## Problem to solve
Please give, word for word, the line containing "f 137 148 147" and every line that comes after it in the data below.

## Listed entries
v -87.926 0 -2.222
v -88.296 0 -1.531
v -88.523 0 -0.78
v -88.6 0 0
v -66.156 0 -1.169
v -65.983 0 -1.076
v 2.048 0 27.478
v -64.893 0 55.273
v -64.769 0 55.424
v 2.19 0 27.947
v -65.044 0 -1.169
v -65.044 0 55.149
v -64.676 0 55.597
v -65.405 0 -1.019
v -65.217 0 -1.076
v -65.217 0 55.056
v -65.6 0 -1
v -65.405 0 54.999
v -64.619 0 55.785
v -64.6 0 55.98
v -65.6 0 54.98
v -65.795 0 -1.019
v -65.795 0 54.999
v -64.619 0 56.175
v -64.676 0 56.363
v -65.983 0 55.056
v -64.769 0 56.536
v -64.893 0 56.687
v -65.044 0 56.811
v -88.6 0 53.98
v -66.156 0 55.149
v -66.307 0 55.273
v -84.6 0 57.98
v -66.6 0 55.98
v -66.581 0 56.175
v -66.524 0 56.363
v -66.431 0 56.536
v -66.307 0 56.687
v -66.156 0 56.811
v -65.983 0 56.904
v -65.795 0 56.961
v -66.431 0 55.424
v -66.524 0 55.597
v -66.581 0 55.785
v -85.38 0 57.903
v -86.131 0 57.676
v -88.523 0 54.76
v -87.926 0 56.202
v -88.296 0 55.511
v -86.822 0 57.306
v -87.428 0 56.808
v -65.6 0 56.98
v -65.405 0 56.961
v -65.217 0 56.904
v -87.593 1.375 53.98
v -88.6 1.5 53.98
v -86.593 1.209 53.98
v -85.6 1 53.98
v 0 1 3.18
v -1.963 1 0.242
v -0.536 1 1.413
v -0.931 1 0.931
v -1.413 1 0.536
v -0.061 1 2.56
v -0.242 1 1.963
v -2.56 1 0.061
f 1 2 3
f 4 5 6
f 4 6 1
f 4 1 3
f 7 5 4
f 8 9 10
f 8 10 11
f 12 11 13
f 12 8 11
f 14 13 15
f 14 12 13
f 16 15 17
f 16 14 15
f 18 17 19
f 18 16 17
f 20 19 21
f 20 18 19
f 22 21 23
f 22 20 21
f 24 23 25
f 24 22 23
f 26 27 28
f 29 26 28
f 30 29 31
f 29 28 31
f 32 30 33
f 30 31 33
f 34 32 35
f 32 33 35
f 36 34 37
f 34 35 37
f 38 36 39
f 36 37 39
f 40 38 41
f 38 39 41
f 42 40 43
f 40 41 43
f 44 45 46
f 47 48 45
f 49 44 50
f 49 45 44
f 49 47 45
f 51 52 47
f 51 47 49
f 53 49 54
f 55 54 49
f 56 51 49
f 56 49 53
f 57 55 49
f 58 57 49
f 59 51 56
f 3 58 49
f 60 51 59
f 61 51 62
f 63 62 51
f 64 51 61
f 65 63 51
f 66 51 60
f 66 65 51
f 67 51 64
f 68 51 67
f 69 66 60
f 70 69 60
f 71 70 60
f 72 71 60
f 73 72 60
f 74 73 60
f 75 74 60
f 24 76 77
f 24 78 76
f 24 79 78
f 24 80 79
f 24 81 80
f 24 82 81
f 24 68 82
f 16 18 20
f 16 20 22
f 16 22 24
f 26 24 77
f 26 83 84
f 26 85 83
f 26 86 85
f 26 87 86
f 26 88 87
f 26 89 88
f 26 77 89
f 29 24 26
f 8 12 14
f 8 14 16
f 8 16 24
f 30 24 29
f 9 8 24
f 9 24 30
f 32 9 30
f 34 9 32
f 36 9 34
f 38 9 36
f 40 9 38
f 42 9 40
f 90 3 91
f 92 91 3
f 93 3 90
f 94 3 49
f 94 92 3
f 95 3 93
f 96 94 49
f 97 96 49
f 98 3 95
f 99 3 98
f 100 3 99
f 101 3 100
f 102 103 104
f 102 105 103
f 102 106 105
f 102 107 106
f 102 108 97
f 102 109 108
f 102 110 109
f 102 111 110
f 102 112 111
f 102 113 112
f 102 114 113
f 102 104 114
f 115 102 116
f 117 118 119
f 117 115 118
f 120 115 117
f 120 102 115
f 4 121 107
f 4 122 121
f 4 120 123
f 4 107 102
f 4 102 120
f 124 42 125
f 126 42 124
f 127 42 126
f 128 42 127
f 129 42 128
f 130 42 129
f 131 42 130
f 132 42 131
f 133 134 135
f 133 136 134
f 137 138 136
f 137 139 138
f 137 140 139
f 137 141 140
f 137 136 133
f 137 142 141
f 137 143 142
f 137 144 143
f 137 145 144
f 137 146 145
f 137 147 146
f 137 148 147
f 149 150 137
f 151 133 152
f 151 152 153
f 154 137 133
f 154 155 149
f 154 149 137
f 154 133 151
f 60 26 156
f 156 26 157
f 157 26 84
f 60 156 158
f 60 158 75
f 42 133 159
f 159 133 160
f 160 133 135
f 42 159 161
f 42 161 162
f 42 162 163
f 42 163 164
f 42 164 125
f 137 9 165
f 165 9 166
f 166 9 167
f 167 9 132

## Answer
f 137 148 147
f 149 150 137
f 151 133 152
f 151 152 153
f 154 137 133
f 154 155 149
f 154 149 137
f 154 133 151
f 60 26 156
f 156 26 157
f 157 26 84
f 60 156 158
f 60 158 75
f 42 133 159
f 159 133 160
f 160 133 135
f 42 159 161
f 42 161 162
f 42 162 163
f 42 163 164
f 42 164 125
f 137 9 165
f 165 9 166
f 166 9 167
f 167 9 132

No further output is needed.